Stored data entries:
++++++++++
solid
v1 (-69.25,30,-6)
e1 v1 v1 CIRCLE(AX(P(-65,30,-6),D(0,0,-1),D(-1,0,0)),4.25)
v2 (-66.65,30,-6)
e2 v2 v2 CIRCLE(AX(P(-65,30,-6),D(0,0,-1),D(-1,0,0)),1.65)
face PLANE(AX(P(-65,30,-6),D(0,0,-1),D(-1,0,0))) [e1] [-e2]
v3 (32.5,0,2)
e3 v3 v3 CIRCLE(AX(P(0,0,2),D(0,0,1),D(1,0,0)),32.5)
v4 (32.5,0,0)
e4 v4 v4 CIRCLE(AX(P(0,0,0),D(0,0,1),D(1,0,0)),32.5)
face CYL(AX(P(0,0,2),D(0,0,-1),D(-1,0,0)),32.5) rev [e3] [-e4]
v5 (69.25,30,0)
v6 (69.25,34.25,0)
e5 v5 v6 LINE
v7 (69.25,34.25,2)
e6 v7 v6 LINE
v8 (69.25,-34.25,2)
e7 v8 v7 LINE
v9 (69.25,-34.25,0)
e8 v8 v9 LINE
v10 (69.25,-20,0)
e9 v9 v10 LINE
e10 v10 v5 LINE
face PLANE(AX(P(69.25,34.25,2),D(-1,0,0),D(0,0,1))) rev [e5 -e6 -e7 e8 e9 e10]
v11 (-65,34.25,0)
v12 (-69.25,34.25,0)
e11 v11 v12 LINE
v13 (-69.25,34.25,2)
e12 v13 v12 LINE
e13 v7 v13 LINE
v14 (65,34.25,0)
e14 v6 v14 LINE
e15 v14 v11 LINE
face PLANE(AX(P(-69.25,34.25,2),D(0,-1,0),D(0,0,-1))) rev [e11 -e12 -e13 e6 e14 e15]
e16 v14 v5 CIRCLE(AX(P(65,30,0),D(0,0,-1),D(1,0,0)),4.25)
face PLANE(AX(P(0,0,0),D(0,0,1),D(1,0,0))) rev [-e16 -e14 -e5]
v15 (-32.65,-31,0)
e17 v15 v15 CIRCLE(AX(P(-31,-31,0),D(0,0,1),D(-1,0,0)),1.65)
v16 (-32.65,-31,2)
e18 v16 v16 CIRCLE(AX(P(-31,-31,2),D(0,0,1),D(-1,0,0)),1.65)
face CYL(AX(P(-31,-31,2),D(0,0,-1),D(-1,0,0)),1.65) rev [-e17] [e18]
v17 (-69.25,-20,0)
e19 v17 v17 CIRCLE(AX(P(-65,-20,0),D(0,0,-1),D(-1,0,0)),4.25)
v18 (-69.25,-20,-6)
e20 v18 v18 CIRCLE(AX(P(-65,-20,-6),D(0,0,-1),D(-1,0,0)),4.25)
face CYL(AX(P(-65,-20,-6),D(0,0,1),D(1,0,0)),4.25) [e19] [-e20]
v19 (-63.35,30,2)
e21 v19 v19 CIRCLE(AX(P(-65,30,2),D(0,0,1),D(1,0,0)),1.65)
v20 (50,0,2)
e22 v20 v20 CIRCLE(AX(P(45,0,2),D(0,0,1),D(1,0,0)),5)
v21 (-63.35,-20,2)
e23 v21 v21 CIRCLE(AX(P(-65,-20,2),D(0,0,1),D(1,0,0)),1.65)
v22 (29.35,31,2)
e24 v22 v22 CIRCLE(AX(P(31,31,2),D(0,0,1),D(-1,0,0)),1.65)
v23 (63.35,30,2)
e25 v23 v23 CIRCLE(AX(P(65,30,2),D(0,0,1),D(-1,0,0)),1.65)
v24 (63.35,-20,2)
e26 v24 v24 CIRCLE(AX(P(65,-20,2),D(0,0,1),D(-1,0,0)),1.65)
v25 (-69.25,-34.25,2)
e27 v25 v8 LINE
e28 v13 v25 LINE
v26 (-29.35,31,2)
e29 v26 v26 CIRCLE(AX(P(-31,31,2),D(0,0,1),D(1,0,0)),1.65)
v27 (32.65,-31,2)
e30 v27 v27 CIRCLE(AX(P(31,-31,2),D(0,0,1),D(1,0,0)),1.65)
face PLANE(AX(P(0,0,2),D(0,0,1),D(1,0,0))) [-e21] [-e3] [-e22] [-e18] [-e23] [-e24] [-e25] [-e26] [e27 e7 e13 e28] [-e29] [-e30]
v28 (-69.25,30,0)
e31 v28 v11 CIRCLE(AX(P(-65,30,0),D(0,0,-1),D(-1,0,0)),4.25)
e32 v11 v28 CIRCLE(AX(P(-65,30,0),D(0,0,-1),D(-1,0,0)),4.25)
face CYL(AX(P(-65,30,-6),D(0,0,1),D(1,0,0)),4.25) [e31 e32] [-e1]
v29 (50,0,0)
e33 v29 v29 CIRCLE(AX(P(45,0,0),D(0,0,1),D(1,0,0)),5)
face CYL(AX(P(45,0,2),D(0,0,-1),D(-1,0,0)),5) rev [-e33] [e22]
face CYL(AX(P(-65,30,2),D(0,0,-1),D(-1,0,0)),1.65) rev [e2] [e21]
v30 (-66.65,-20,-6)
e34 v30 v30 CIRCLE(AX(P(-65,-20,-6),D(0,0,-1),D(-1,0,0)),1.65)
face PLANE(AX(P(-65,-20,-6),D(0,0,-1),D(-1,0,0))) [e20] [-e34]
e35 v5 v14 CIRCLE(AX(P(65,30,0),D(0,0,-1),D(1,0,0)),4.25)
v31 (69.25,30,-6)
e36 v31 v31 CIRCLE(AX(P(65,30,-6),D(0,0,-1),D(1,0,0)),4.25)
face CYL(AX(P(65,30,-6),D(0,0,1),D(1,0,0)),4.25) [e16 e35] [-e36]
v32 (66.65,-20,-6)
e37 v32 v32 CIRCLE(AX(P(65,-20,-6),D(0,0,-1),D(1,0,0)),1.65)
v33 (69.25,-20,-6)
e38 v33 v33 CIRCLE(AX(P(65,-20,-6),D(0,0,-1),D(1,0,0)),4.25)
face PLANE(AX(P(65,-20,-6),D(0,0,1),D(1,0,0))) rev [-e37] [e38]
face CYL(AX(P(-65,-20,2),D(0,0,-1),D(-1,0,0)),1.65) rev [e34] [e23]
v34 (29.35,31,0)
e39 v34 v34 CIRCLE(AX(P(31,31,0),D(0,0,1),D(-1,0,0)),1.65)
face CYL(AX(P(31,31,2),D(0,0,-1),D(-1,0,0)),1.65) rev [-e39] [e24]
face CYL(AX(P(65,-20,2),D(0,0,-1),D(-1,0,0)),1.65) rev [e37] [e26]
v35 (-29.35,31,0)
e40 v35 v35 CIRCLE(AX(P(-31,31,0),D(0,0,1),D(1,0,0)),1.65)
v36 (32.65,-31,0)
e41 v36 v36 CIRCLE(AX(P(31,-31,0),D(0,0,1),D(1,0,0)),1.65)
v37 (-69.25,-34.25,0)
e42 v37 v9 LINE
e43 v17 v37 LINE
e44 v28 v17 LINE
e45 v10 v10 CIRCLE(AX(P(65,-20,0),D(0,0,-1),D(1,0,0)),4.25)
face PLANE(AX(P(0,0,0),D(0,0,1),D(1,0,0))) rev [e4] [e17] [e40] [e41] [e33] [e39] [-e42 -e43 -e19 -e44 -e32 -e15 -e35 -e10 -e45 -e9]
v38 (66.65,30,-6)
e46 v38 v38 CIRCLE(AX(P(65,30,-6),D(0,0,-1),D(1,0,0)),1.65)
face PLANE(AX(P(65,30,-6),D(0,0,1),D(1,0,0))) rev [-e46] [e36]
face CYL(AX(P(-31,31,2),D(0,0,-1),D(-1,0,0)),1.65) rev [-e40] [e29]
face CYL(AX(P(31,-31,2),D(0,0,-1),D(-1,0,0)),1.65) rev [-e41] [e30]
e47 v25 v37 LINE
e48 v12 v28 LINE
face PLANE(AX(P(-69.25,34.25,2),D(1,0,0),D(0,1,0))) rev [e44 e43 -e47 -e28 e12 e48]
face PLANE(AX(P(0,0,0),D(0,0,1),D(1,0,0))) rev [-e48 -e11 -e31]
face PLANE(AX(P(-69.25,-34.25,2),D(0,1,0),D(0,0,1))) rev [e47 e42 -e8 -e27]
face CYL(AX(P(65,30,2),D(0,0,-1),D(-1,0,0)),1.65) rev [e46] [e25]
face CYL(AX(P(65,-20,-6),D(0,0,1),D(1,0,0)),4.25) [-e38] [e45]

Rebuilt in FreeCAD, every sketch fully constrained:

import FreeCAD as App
import Part
import Sketcher

V = App.Vector
Q = App.Units.Quantity

doc = App.newDocument("Part")
params = doc.addObject("Spreadsheet::Sheet", "Params")
for row, (alias, value) in enumerate([
    ("sketch1_diameter", "65 mm"),
    ("sketch1_diameter2", "10 mm"),
    ("sketch1_diameter3", "3.3 mm"),
    ("sketch1_width", "138.5 mm"),
    ("sketch1_height", "68.5 mm"),
    ("pad1_length", "2 mm"),
    ("sketch2_diameter", "8.5 mm"),
    ("sketch2_diameter2", "3.3 mm"),
    ("pad2_length", "6 mm"),
], start=1):
    params.set(f"A{row}", alias)
    params.set(f"B{row}", "=" + value)
    params.setAlias(f"B{row}", alias)

body = doc.addObject("PartDesign::Body", "Body")

# Sketch on XY plane
sketch1 = doc.addObject("Sketcher::SketchObject", "Sketch")
body.addObject(sketch1)
sketch1.AttachmentSupport = (doc.XY_Plane, [""])
sketch1.MapMode = "FlatFace"
sketch1.addGeometry(Part.LineSegment(V(-69.25, 34.25, 0), V(-69.25, -34.25, 0)), False)
sketch1.addGeometry(Part.LineSegment(V(-69.25, -34.25, 0), V(69.25, -34.25, 0)), False)
sketch1.addGeometry(Part.LineSegment(V(69.25, -34.25, 0), V(69.25, 34.25, 0)), False)
sketch1.addGeometry(Part.LineSegment(V(69.25, 34.25, 0), V(-69.25, 34.25, 0)), False)
sketch1.addGeometry(Part.Circle(V(-65, -20, 0), V(0, 0, 1), 1.65), False)
sketch1.addGeometry(Part.Circle(V(-31, -31, 0), V(0, 0, 1), 1.65), False)
sketch1.addGeometry(Part.Circle(V(31, -31, 0), V(0, 0, 1), 1.65), False)
sketch1.addGeometry(Part.Circle(V(65, -20, 0), V(0, 0, 1), 1.65), False)
sketch1.addGeometry(Part.Circle(V(-65, 30, 0), V(0, 0, 1), 1.65), False)
sketch1.addGeometry(Part.Circle(V(-31, 31, 0), V(0, 0, 1), 1.65), False)
sketch1.addGeometry(Part.Circle(V(0, 0, 0), V(0, 0, 1), 32.5), False)
sketch1.addGeometry(Part.Circle(V(45, 0, 0), V(0, 0, 1), 5), False)
sketch1.addGeometry(Part.Circle(V(31, 31, 0), V(0, 0, 1), 1.65), False)
sketch1.addGeometry(Part.Circle(V(65, 30, 0), V(0, 0, 1), 1.65), False)
sketch1.addConstraint(Sketcher.Constraint("Coincident", 0, 2, 1, 1))
sketch1.addConstraint(Sketcher.Constraint("Coincident", 1, 2, 2, 1))
sketch1.addConstraint(Sketcher.Constraint("Coincident", 2, 2, 3, 1))
sketch1.addConstraint(Sketcher.Constraint("Coincident", 3, 2, 0, 1))
sketch1.addConstraint(Sketcher.Constraint("Vertical", 0))
sketch1.addConstraint(Sketcher.Constraint("Horizontal", 1))
sketch1.addConstraint(Sketcher.Constraint("Vertical", 2))
sketch1.addConstraint(Sketcher.Constraint("Horizontal", 3))
sketch1.addConstraint(Sketcher.Constraint("Coincident", 10, 3, -1, 1))
sketch1.addConstraint(Sketcher.Constraint("Equal", 4, 5))
sketch1.addConstraint(Sketcher.Constraint("Equal", 5, 6))
sketch1.addConstraint(Sketcher.Constraint("Equal", 6, 7))
sketch1.addConstraint(Sketcher.Constraint("Equal", 7, 8))
sketch1.addConstraint(Sketcher.Constraint("Equal", 8, 9))
sketch1.addConstraint(Sketcher.Constraint("Equal", 9, 12))
sketch1.addConstraint(Sketcher.Constraint("Equal", 12, 13))
sketch1.addConstraint(Sketcher.Constraint("Symmetric", 6, 3, 9, 3, -1, 1))
sketch1.addConstraint(Sketcher.Constraint("Symmetric", 5, 3, 12, 3, -1, 1))
sketch1.addConstraint(Sketcher.Constraint("Symmetric", 0, 2, 2, 2, -1, 1))
sketch1.addConstraint(Sketcher.Constraint("Symmetric", 5, 3, 6, 3, -2))
sketch1.addConstraint(Sketcher.Constraint("Symmetric", 4, 3, 7, 3, -2))
sketch1.addConstraint(Sketcher.Constraint("Symmetric", 8, 3, 13, 3, -2))
sketch1.addConstraint(Sketcher.Constraint("PointOnObject", 11, 3, -1))
sketch1.addConstraint(Sketcher.Constraint("Vertical", 4, 3, 8, 3))
sketch1.addConstraint(Sketcher.Constraint("Diameter", 10, Q("65 mm")))
sketch1.addConstraint(Sketcher.Constraint("Diameter", 11, Q("10 mm")))
sketch1.addConstraint(Sketcher.Constraint("Diameter", 4, Q("3.3 mm")))
sketch1.addConstraint(Sketcher.Constraint("DistanceX", 1, 1, 1, 2, Q("138.5 mm")))
sketch1.addConstraint(Sketcher.Constraint("DistanceY", 0, 2, 0, 1, Q("68.5 mm")))
sketch1.addConstraint(Sketcher.Constraint("DistanceX", 4, 3, -1, 1, Q("65 mm")))
sketch1.addConstraint(Sketcher.Constraint("DistanceY", 4, 3, -1, 1, Q("20 mm")))
sketch1.addConstraint(Sketcher.Constraint("DistanceX", 5, 3, -1, 1, Q("31 mm")))
sketch1.addConstraint(Sketcher.Constraint("DistanceY", 5, 3, -1, 1, Q("31 mm")))
sketch1.addConstraint(Sketcher.Constraint("DistanceY", -1, 1, 8, 3, Q("30 mm")))
sketch1.addConstraint(Sketcher.Constraint("DistanceX", -1, 1, 11, 3, Q("45 mm")))
sketch1.setExpression("Constraints[24]", "Params.sketch1_diameter")
sketch1.setExpression("Constraints[25]", "Params.sketch1_diameter2")
sketch1.setExpression("Constraints[26]", "Params.sketch1_diameter3")
sketch1.setExpression("Constraints[27]", "Params.sketch1_width")
sketch1.setExpression("Constraints[28]", "Params.sketch1_height")
pad1 = doc.addObject("PartDesign::Pad", "Pad")
body.addObject(pad1)
pad1.Profile = sketch1
pad1.setExpression("Length", "Params.pad1_length")

# Sketch on XY plane
sketch2 = doc.addObject("Sketcher::SketchObject", "Sketch001")
body.addObject(sketch2)
sketch2.AttachmentSupport = (doc.XY_Plane, [""])
sketch2.MapMode = "FlatFace"
sketch2.addGeometry(Part.Circle(V(-65, 30, 0), V(0, 0, 1), 4.25), False)
sketch2.addGeometry(Part.Circle(V(-65, 30, 0), V(0, 0, 1), 1.65), False)
sketch2.addGeometry(Part.Circle(V(-65, -20, 0), V(0, 0, 1), 4.25), False)
sketch2.addGeometry(Part.Circle(V(-65, -20, 0), V(0, 0, 1), 1.65), False)
sketch2.addGeometry(Part.Circle(V(65, -20, 0), V(0, 0, 1), 4.25), False)
sketch2.addGeometry(Part.Circle(V(65, -20, 0), V(0, 0, 1), 1.65), False)
sketch2.addGeometry(Part.Circle(V(65, 30, 0), V(0, 0, 1), 4.25), False)
sketch2.addGeometry(Part.Circle(V(65, 30, 0), V(0, 0, 1), 1.65), False)
sketch2.addConstraint(Sketcher.Constraint("Coincident", 1, 3, 0, 3))
sketch2.addConstraint(Sketcher.Constraint("Coincident", 3, 3, 2, 3))
sketch2.addConstraint(Sketcher.Constraint("Coincident", 5, 3, 4, 3))
sketch2.addConstraint(Sketcher.Constraint("Coincident", 7, 3, 6, 3))
sketch2.addConstraint(Sketcher.Constraint("Equal", 0, 2))
sketch2.addConstraint(Sketcher.Constraint("Equal", 1, 3))
sketch2.addConstraint(Sketcher.Constraint("Equal", 2, 4))
sketch2.addConstraint(Sketcher.Constraint("Equal", 3, 5))
sketch2.addConstraint(Sketcher.Constraint("Equal", 4, 6))
sketch2.addConstraint(Sketcher.Constraint("Equal", 5, 7))
sketch2.addConstraint(Sketcher.Constraint("Symmetric", 2, 3, 4, 3, -2))
sketch2.addConstraint(Sketcher.Constraint("Symmetric", 0, 3, 6, 3, -2))
sketch2.addConstraint(Sketcher.Constraint("Vertical", 1, 3, 2, 3))
sketch2.addConstraint(Sketcher.Constraint("Diameter", 0, Q("8.5 mm")))
sketch2.addConstraint(Sketcher.Constraint("Diameter", 1, Q("3.3 mm")))
sketch2.addConstraint(Sketcher.Constraint("DistanceX", 0, 3, -1, 1, Q("65 mm")))
sketch2.addConstraint(Sketcher.Constraint("DistanceY", -1, 1, 0, 3, Q("30 mm")))
sketch2.addConstraint(Sketcher.Constraint("DistanceY", 2, 3, -1, 1, Q("20 mm")))
sketch2.setExpression("Constraints[13]", "Params.sketch2_diameter")
sketch2.setExpression("Constraints[14]", "Params.sketch2_diameter2")
pad2 = doc.addObject("PartDesign::Pad", "Pad001")
body.addObject(pad2)
pad2.Profile = sketch2
pad2.setExpression("Length", "Params.pad2_length")
pad2.Reversed = True

doc.recompute()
++++++++++
=== WHAT NEEDS TO BE DONE ===
From the records above, give again exactly the lines running from the line with "v11 (-65,34.25,0)" to the line with "v28 (-69.25,30,0)", inclusive.

=== WRITTEN RESPONSE ===
v11 (-65,34.25,0)
v12 (-69.25,34.25,0)
e11 v11 v12 LINE
v13 (-69.25,34.25,2)
e12 v13 v12 LINE
e13 v7 v13 LINE
v14 (65,34.25,0)
e14 v6 v14 LINE
e15 v14 v11 LINE
face PLANE(AX(P(-69.25,34.25,2),D(0,-1,0),D(0,0,-1))) rev [e11 -e12 -e13 e6 e14 e15]
e16 v14 v5 CIRCLE(AX(P(65,30,0),D(0,0,-1),D(1,0,0)),4.25)
face PLANE(AX(P(0,0,0),D(0,0,1),D(1,0,0))) rev [-e16 -e14 -e5]
v15 (-32.65,-31,0)
e17 v15 v15 CIRCLE(AX(P(-31,-31,0),D(0,0,1),D(-1,0,0)),1.65)
v16 (-32.65,-31,2)
e18 v16 v16 CIRCLE(AX(P(-31,-31,2),D(0,0,1),D(-1,0,0)),1.65)
face CYL(AX(P(-31,-31,2),D(0,0,-1),D(-1,0,0)),1.65) rev [-e17] [e18]
v17 (-69.25,-20,0)
e19 v17 v17 CIRCLE(AX(P(-65,-20,0),D(0,0,-1),D(-1,0,0)),4.25)
v18 (-69.25,-20,-6)
e20 v18 v18 CIRCLE(AX(P(-65,-20,-6),D(0,0,-1),D(-1,0,0)),4.25)
face CYL(AX(P(-65,-20,-6),D(0,0,1),D(1,0,0)),4.25) [e19] [-e20]
v19 (-63.35,30,2)
e21 v19 v19 CIRCLE(AX(P(-65,30,2),D(0,0,1),D(1,0,0)),1.65)
v20 (50,0,2)
e22 v20 v20 CIRCLE(AX(P(45,0,2),D(0,0,1),D(1,0,0)),5)
v21 (-63.35,-20,2)
e23 v21 v21 CIRCLE(AX(P(-65,-20,2),D(0,0,1),D(1,0,0)),1.65)
v22 (29.35,31,2)
e24 v22 v22 CIRCLE(AX(P(31,31,2),D(0,0,1),D(-1,0,0)),1.65)
v23 (63.35,30,2)
e25 v23 v23 CIRCLE(AX(P(65,30,2),D(0,0,1),D(-1,0,0)),1.65)
v24 (63.35,-20,2)
e26 v24 v24 CIRCLE(AX(P(65,-20,2),D(0,0,1),D(-1,0,0)),1.65)
v25 (-69.25,-34.25,2)
e27 v25 v8 LINE
e28 v13 v25 LINE
v26 (-29.35,31,2)
e29 v26 v26 CIRCLE(AX(P(-31,31,2),D(0,0,1),D(1,0,0)),1.65)
v27 (32.65,-31,2)
e30 v27 v27 CIRCLE(AX(P(31,-31,2),D(0,0,1),D(1,0,0)),1.65)
face PLANE(AX(P(0,0,2),D(0,0,1),D(1,0,0))) [-e21] [-e3] [-e22] [-e18] [-e23] [-e24] [-e25] [-e26] [e27 e7 e13 e28] [-e29] [-e30]
v28 (-69.25,30,0)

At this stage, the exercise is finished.